7 november 2025

Groots al knielend - 4 - Dietrich Bonhoeffer

 De Duitse lutherse theoloog en predikant Dietrich Bonhoeffer (1906-1945) was een moedig man, die reeds twee dagen na de machtsovername door Hitler in een radiotoespraak waarschuwde (1 febr. 1933) om de Führer niet te verafgoden. Tot Hitler zelf zei hij dat hij zich bewust moest zijn van de beperking van zijn macht. Op dat moment werd de uitzending onderbroken. Bonhoeffer sloot zich aan bij de 'Bekennende Kirche', een groep protestantse theologen en gemeenten, die zich verzetten tegen staatsinmenging door de nazi's in hun kerkelijke zaken. Deze groep werd geïnspireerd door de grote theoloog Karl Barth.  
Voor Bonhoeffer was de kerk het lichaam van Christus en niet zomaar een plek waar over Christus gesproken wordt. Dat inzicht vraagt om een aangepast gedrag vol overgave en het zou een leidend idee zijn gedurende zijn gehele leven.
(Dietrich Bonhoeffer op bezoek bij Karl Barth - ©EDK)

In een meditatie van Dietrich Bonhoeffer over het vers van de profeet Jesaja : Want een Kind is ons geboren, een Zoon is ons gegeven (Jes. 9, 5), (vers dat in de kerstliturgie wordt gelezen als vooruitzegging van de komst van Jezus) horen we deze moedige man oproepen om te knielen bij het kerstekind. 
"Het gaat hier over de geboorte van een kind, niet over de revolutionaire daad van een sterke man, niet over de gedurfde ontdekking van een wijze, niet over het vrome werk van een heilige.
Wat koningen en staatslieden, filosofen en kunstenaars, godsdienststichters en moraalpredikers vergeefs proberen te bewerkstelligen, gebeurt nu door een pasgeboren kind. Als om de geweldigste menselijke inspanningen en prestaties te beschamen wordt hier een kind in het middelpunt van de wereldgeschiedenis geplaatst. Een kind, uit mensen geboren, een zoon, door God gegeven. Dat is het geheim van de verlossing van de wereld; heel het verleden en heel de toekomst ligt in dit gebeuren opgesloten. De oneindige barmhartigheid van de almachtige God daalt tot ons af in de gestalte van een kind, van zijn Zoon. (...)
Hoe willen wij dit kind ontmoeten? Zijn onze handen door de dagelijkse arbeid, die zij volbrachten, niet te stijf en te trots geworden om zich nog bij de aanblik van dit kind in gebed te vouwen?
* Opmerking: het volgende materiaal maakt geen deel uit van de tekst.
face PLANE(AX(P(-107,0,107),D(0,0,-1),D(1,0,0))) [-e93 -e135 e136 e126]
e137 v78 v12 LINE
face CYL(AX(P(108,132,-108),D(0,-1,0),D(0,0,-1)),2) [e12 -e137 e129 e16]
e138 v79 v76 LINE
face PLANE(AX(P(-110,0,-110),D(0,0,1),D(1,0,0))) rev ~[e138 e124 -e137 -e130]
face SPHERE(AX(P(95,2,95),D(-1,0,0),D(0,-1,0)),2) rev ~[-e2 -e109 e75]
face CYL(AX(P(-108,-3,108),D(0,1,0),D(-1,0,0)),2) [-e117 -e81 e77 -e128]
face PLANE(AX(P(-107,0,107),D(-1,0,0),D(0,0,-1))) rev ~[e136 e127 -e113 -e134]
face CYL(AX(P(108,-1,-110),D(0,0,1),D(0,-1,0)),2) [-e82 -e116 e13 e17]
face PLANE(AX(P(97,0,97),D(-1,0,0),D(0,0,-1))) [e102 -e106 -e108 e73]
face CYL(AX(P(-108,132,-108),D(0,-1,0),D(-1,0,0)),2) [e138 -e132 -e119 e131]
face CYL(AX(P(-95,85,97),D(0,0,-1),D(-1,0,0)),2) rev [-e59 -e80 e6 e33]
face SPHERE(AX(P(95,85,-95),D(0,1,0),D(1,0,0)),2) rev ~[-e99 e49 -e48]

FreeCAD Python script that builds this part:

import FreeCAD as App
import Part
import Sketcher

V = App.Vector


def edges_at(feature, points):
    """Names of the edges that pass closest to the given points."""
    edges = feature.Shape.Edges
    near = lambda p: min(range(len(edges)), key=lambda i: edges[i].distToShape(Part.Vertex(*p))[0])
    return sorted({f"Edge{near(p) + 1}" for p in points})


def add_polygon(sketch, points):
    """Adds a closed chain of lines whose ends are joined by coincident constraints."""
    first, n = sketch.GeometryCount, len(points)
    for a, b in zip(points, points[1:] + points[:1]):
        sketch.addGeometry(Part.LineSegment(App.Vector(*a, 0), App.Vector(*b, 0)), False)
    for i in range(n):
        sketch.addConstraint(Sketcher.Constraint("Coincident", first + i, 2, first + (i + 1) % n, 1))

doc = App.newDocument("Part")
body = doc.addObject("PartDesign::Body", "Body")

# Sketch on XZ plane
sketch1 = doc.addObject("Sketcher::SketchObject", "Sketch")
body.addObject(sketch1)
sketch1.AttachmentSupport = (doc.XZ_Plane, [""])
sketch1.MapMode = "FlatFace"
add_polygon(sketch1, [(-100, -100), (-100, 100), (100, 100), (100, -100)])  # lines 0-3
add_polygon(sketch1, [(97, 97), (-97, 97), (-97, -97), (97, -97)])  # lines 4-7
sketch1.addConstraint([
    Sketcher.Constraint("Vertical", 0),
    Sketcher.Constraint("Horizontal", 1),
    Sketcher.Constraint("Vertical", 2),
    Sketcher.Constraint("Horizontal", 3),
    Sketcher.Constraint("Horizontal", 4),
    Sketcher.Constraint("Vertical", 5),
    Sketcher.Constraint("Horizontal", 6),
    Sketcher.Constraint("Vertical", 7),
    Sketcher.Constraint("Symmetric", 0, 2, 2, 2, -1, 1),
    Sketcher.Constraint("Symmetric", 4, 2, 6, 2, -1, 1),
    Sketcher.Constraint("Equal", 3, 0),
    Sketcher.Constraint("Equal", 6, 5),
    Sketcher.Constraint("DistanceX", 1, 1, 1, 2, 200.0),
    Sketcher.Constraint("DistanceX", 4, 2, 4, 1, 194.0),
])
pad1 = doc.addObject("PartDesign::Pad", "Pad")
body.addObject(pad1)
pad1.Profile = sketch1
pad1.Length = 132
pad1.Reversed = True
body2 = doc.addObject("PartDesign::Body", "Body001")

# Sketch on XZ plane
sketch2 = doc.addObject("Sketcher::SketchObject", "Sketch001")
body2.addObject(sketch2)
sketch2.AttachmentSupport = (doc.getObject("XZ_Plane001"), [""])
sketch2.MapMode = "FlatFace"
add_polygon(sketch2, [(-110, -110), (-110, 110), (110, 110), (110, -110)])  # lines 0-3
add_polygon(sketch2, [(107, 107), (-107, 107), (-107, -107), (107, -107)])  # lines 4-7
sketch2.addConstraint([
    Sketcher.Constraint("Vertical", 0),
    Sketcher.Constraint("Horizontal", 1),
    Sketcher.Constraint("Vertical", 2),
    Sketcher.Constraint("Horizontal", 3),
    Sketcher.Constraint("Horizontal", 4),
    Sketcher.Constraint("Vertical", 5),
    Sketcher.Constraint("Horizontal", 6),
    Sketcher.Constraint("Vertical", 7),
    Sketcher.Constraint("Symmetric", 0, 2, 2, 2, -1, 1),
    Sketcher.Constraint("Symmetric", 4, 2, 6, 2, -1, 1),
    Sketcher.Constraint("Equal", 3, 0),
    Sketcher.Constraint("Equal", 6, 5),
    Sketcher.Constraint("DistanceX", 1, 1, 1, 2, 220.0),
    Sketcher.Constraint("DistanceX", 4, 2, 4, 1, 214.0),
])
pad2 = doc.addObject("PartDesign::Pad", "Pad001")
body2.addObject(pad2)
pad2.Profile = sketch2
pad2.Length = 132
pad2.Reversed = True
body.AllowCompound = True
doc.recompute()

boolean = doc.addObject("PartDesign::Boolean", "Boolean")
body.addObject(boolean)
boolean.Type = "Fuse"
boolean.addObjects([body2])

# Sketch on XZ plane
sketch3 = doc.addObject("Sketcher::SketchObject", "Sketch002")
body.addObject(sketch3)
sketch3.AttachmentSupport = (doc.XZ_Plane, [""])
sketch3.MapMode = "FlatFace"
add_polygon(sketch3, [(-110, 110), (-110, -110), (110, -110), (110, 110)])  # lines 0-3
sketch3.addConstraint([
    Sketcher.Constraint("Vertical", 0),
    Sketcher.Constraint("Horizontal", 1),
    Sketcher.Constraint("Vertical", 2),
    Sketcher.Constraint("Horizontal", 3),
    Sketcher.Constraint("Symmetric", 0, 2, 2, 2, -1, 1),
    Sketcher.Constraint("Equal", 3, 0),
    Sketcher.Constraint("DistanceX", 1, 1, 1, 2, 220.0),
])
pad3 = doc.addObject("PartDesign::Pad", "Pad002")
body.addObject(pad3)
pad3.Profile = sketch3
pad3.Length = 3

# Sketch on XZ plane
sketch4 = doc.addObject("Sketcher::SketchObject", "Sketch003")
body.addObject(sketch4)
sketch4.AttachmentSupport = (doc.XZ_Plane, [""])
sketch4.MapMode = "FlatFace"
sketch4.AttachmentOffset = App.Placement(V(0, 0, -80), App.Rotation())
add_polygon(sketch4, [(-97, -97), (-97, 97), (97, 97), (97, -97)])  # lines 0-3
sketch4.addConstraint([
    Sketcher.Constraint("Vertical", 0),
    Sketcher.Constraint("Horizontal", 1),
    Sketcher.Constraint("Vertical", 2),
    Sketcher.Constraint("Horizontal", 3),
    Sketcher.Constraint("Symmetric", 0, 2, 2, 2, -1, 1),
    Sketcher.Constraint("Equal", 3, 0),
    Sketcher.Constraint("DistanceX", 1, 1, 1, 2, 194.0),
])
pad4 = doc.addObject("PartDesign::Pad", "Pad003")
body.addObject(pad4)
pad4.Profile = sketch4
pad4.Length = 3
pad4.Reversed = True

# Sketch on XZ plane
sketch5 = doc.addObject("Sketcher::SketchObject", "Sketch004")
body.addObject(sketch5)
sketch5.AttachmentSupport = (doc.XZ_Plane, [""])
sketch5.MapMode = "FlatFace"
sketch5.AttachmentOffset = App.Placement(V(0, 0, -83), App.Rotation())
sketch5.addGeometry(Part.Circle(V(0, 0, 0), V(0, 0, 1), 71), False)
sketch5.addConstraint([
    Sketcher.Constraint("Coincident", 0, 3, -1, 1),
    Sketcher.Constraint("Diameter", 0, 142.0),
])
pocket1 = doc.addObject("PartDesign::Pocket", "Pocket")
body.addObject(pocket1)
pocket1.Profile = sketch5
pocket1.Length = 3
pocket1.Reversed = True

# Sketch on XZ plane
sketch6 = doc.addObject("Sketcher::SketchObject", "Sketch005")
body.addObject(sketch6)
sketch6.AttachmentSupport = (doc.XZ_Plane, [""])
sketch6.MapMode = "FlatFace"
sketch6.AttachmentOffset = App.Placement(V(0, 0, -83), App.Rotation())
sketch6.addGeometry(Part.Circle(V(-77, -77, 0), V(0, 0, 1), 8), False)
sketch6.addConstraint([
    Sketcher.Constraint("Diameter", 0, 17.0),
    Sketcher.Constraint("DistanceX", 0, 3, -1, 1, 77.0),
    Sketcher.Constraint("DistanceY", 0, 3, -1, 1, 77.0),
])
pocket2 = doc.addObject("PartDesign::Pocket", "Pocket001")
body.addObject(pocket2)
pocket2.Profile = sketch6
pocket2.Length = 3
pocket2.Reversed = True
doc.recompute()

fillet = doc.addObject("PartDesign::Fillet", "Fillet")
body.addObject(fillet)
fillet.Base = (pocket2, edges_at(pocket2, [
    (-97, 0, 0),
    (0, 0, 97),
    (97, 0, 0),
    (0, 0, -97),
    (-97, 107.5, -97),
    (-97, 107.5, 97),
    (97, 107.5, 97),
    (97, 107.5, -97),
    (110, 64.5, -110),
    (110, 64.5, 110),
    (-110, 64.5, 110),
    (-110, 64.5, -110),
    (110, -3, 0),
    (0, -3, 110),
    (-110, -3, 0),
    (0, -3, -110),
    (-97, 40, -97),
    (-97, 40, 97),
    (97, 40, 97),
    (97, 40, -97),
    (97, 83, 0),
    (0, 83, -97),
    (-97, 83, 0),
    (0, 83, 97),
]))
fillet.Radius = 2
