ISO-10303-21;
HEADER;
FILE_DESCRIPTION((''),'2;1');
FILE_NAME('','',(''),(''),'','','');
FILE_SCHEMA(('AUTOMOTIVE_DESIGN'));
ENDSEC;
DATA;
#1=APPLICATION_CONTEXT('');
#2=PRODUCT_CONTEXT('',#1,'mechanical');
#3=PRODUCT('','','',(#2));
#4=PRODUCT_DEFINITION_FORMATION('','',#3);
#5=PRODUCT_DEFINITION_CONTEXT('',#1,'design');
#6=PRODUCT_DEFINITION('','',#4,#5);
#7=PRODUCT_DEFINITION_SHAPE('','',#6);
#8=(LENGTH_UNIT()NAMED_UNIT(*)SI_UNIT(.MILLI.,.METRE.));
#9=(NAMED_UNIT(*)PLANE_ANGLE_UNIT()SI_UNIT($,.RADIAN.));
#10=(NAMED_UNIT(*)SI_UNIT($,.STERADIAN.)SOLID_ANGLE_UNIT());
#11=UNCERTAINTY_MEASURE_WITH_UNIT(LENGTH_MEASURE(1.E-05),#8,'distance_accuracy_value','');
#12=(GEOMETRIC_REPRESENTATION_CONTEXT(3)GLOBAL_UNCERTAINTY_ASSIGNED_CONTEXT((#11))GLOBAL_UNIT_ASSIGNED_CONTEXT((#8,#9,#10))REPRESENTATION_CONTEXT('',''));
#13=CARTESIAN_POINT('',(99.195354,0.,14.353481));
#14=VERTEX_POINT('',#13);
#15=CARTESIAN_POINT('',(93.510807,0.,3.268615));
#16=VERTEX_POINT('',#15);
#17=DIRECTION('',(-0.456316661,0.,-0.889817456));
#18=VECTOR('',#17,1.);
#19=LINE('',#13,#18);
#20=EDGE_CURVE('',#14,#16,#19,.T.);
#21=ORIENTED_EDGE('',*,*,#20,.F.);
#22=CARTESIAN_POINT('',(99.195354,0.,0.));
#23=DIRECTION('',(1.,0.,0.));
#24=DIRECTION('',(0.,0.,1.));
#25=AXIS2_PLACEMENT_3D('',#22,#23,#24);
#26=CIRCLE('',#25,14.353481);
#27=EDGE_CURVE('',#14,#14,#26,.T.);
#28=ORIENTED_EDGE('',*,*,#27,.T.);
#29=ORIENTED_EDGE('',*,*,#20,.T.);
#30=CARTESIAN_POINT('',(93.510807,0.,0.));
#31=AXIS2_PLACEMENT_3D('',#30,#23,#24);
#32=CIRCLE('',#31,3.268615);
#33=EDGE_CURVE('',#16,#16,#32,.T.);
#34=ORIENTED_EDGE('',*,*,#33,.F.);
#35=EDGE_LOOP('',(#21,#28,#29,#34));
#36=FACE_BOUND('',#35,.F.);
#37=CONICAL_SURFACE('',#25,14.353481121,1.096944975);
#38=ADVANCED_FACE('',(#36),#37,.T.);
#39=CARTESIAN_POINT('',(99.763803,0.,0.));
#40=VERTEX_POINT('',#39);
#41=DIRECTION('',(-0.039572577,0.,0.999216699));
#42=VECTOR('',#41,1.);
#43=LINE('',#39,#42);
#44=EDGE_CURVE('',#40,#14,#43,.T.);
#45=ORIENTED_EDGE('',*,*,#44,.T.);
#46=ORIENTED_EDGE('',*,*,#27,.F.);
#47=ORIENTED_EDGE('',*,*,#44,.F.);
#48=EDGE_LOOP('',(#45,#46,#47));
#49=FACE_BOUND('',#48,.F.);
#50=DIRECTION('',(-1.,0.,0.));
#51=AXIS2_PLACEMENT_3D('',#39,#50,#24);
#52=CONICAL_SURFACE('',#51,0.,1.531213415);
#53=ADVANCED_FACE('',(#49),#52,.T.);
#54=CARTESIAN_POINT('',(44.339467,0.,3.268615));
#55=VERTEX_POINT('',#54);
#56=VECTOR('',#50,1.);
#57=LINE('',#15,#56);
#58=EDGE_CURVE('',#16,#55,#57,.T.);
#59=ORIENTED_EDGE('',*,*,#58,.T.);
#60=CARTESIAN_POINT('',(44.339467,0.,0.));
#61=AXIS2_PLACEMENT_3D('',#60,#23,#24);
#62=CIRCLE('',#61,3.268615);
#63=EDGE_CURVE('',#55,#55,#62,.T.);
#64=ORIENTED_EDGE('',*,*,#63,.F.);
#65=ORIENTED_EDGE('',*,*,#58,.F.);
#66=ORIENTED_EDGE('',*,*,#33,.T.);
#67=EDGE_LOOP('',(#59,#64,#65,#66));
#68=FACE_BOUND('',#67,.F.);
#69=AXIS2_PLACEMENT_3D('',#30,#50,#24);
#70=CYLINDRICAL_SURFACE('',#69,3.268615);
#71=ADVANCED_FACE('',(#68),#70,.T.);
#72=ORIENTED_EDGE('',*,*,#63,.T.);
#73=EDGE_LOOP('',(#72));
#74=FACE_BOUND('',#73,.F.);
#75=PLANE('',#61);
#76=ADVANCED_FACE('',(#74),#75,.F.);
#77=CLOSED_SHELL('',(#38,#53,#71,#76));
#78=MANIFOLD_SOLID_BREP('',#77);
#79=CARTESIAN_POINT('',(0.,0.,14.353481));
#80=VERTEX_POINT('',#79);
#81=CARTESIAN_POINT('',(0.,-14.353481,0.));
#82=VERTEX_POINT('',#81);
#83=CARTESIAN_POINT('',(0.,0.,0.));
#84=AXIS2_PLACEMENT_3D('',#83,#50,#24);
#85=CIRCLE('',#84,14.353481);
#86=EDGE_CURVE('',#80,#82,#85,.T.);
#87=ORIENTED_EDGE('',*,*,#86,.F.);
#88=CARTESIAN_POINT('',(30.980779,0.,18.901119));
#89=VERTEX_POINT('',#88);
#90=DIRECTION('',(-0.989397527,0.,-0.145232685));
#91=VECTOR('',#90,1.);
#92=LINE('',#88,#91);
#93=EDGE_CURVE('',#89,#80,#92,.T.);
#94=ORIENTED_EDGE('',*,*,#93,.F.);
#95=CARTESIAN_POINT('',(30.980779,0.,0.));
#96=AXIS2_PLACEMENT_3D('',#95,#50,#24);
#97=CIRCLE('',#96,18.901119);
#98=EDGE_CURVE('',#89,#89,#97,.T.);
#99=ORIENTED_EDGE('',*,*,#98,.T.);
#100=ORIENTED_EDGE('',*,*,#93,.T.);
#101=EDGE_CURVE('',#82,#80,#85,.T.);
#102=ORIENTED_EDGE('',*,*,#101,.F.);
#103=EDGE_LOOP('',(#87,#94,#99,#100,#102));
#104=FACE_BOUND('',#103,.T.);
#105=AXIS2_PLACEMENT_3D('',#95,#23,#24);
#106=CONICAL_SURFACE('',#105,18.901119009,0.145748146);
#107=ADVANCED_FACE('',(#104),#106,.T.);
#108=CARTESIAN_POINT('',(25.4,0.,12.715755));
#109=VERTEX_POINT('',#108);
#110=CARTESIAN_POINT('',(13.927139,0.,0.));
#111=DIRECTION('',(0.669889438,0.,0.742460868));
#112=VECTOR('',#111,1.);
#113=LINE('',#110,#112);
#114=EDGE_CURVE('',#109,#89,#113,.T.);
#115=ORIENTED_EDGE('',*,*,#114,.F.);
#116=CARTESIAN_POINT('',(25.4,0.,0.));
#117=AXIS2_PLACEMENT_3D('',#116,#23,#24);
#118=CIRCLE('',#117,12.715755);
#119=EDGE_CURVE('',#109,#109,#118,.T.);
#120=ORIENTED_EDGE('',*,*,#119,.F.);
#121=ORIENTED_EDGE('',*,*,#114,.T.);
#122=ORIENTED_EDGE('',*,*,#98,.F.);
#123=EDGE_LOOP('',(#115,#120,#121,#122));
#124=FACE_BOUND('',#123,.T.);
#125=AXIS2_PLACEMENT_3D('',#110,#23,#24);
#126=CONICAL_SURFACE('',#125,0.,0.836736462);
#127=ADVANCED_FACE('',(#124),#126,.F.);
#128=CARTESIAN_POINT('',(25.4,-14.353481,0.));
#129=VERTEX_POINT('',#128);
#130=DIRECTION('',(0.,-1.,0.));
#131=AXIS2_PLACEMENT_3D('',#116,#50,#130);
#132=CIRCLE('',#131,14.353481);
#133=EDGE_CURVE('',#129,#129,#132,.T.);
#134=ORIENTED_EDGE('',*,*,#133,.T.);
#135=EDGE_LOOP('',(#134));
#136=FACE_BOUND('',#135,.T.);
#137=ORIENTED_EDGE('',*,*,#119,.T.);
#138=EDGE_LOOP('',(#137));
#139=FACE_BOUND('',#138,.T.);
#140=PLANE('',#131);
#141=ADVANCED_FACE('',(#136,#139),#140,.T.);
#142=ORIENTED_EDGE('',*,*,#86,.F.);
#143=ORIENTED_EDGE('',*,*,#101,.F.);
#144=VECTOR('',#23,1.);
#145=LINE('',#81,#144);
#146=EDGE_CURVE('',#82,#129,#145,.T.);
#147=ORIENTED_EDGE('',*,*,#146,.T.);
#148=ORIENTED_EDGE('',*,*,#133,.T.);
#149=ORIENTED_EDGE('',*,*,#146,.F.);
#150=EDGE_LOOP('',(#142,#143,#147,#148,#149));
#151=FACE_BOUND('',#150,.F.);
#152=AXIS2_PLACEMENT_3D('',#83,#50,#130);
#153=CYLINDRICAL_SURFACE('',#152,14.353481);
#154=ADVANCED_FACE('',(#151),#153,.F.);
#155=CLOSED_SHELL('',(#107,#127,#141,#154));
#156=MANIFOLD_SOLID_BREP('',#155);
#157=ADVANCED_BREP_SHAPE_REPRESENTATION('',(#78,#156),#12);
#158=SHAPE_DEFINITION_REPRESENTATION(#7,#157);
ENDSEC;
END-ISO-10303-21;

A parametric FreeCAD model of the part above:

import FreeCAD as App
import Part
import Sketcher

V = App.Vector
Q = App.Units.Quantity


def add_polygon(sketch, points):
    """Adds a closed chain of lines whose ends are joined by coincident constraints."""
    first, n = sketch.GeometryCount, len(points)
    for a, b in zip(points, points[1:] + points[:1]):
        sketch.addGeometry(Part.LineSegment(App.Vector(*a, 0), App.Vector(*b, 0)), False)
    for i in range(n):
        sketch.addConstraint(Sketcher.Constraint("Coincident", first + i, 2, first + (i + 1) % n, 1))

doc = App.newDocument("Part")
body = doc.addObject("PartDesign::Body", "Body")

# Sketch on XZ plane
sketch1 = body.newObject("Sketcher::SketchObject", "Sketch")
sketch1.AttachmentSupport = (doc.getObject("XZ_Plane"), [""])
sketch1.MapMode = "FlatFace"
add_polygon(sketch1, [(0, 14.353481), (0, 0), (13.927139, 0), (30.980779, 18.901119)])  # lines 0-3
sketch1.addConstraint([
    Sketcher.Constraint("Vertical", 0),
    Sketcher.Constraint("Horizontal", 1),
    Sketcher.Constraint("Coincident", 0, 2, -1, 1),
    Sketcher.Constraint("DistanceX", 1, 1, 1, 2, 13.927139),
    Sketcher.Constraint("DistanceY", 0, 2, 0, 1, 14.353481),
    Sketcher.Constraint("Distance", 3, 31.312772),
    Sketcher.Constraint("DistanceX", -1, 1, 2, 2, 30.980779),
])
revolution = body.newObject("PartDesign::Revolution", "Revolution")
revolution.Profile = sketch1
revolution.ReferenceAxis = (sketch1, ["H_Axis"])
revolution.Angle = 360

# Sketch on YZ plane
sketch2 = body.newObject("Sketcher::SketchObject", "Sketch001")
sketch2.AttachmentSupport = (doc.getObject("YZ_Plane"), [""])
sketch2.MapMode = "FlatFace"
sketch2.addGeometry(Part.Circle(V(0, 0, 0), V(0, 0, 1), 14.353481), False)
sketch2.addConstraint([
    Sketcher.Constraint("Coincident", 0, 3, -1, 1),
    Sketcher.Constraint("Diameter", 0, 28.706962),
])
pocket1 = body.newObject("PartDesign::Pocket", "Pocket")
pocket1.Profile = sketch2
pocket1.Length = Q("1 in")
pocket1.Reversed = True
body2 = doc.addObject("PartDesign::Body", "Body001")

# Sketch on XZ plane
sketch3 = body2.newObject("Sketcher::SketchObject", "Sketch002")
sketch3.AttachmentSupport = (doc.getObject("XZ_Plane001"), [""])
sketch3.MapMode = "FlatFace"
add_polygon(sketch3, [(44.339467, 3.268615), (44.339467, 0), (99.763803, 0), (99.195354, 14.353481), (93.510807, 3.268615)])  # lines 0-4
sketch3.addConstraint([
    Sketcher.Constraint("Vertical", 0),
    Sketcher.Constraint("Horizontal", 1),
    Sketcher.Constraint("Horizontal", 4),
    Sketcher.Constraint("PointOnObject", 0, 2, -1),
    Sketcher.Constraint("DistanceX", 4, 2, 4, 1, 49.17134),
    Sketcher.Constraint("Distance", 3, 12.457461),
    Sketcher.Constraint("DistanceX", 1, 1, 1, 2, 55.424336),
    Sketcher.Constraint("DistanceY", 0, 2, 0, 1, 3.268615),
    Sketcher.Constraint("DistanceY", -1, 1, 2, 2, 14.353481),
    Sketcher.Constraint("DistanceX", -1, 1, 0, 2, 44.339467),
])
revolution2 = body2.newObject("PartDesign::Revolution", "Revolution001")
revolution2.Profile = sketch3
revolution2.ReferenceAxis = (sketch3, ["H_Axis"])
revolution2.Angle = 360

doc.recompute()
Dragen wij ons hoofd, dat zoveel moeilijke gedachten heeft moeten denken en zoveel problemen heeft moeten oplossen, niet te hoog, dan dat wij het voor het wonder van dit kind nog deemoedig zouden kunnen buigen? Kunnen we voor één keer al onze inspanningen, prestaties en gewichtigheden helemaal vergeten om met de herders en de wijzen uit het Oosten het goddelijk kind in de kribbe te aanbidden en daarin dankbaar de vervulling van ons hele leven te zien? Het is werkelijk een zeldzame aanblik, wanneer een sterk en trots man zijn knieën buigt voor dit kind, wanneer hij in ongekunstelde eenvoud in Hem zijn Heiland vindt en vereert, en er moet wel een meewarig hoofdschudden, misschien zelfs een boosaardig lachen door onze oude, wijze, ervaren en zelfverzekerde wereld gaan, wanneer zij de heilsroep van de gelovige christen hoort : 'Een kind is ons geboren, een zoon is ons gegeven.'
(uit : Bonhoeffer Brevier samengesteld door Otto Dudzus, uitg. Ten Have n.v., Baarn, 1968, blz 503-504 passim)

Het contrast tussen de trotse zelfverzekerde mens die zijn eigen gedachtenwereld als enige norm neemt en het machteloze kind dat vraagt om verwonderd te blijven over het onzegbare is nog immer actueel. De moed die Bonhoeffer opbracht tegen de barbaarsheid van het nazisme was geworteld in zijn knielen voor een kind blijft - jammer genoeg- ook nog altijd actueel en inspirerend.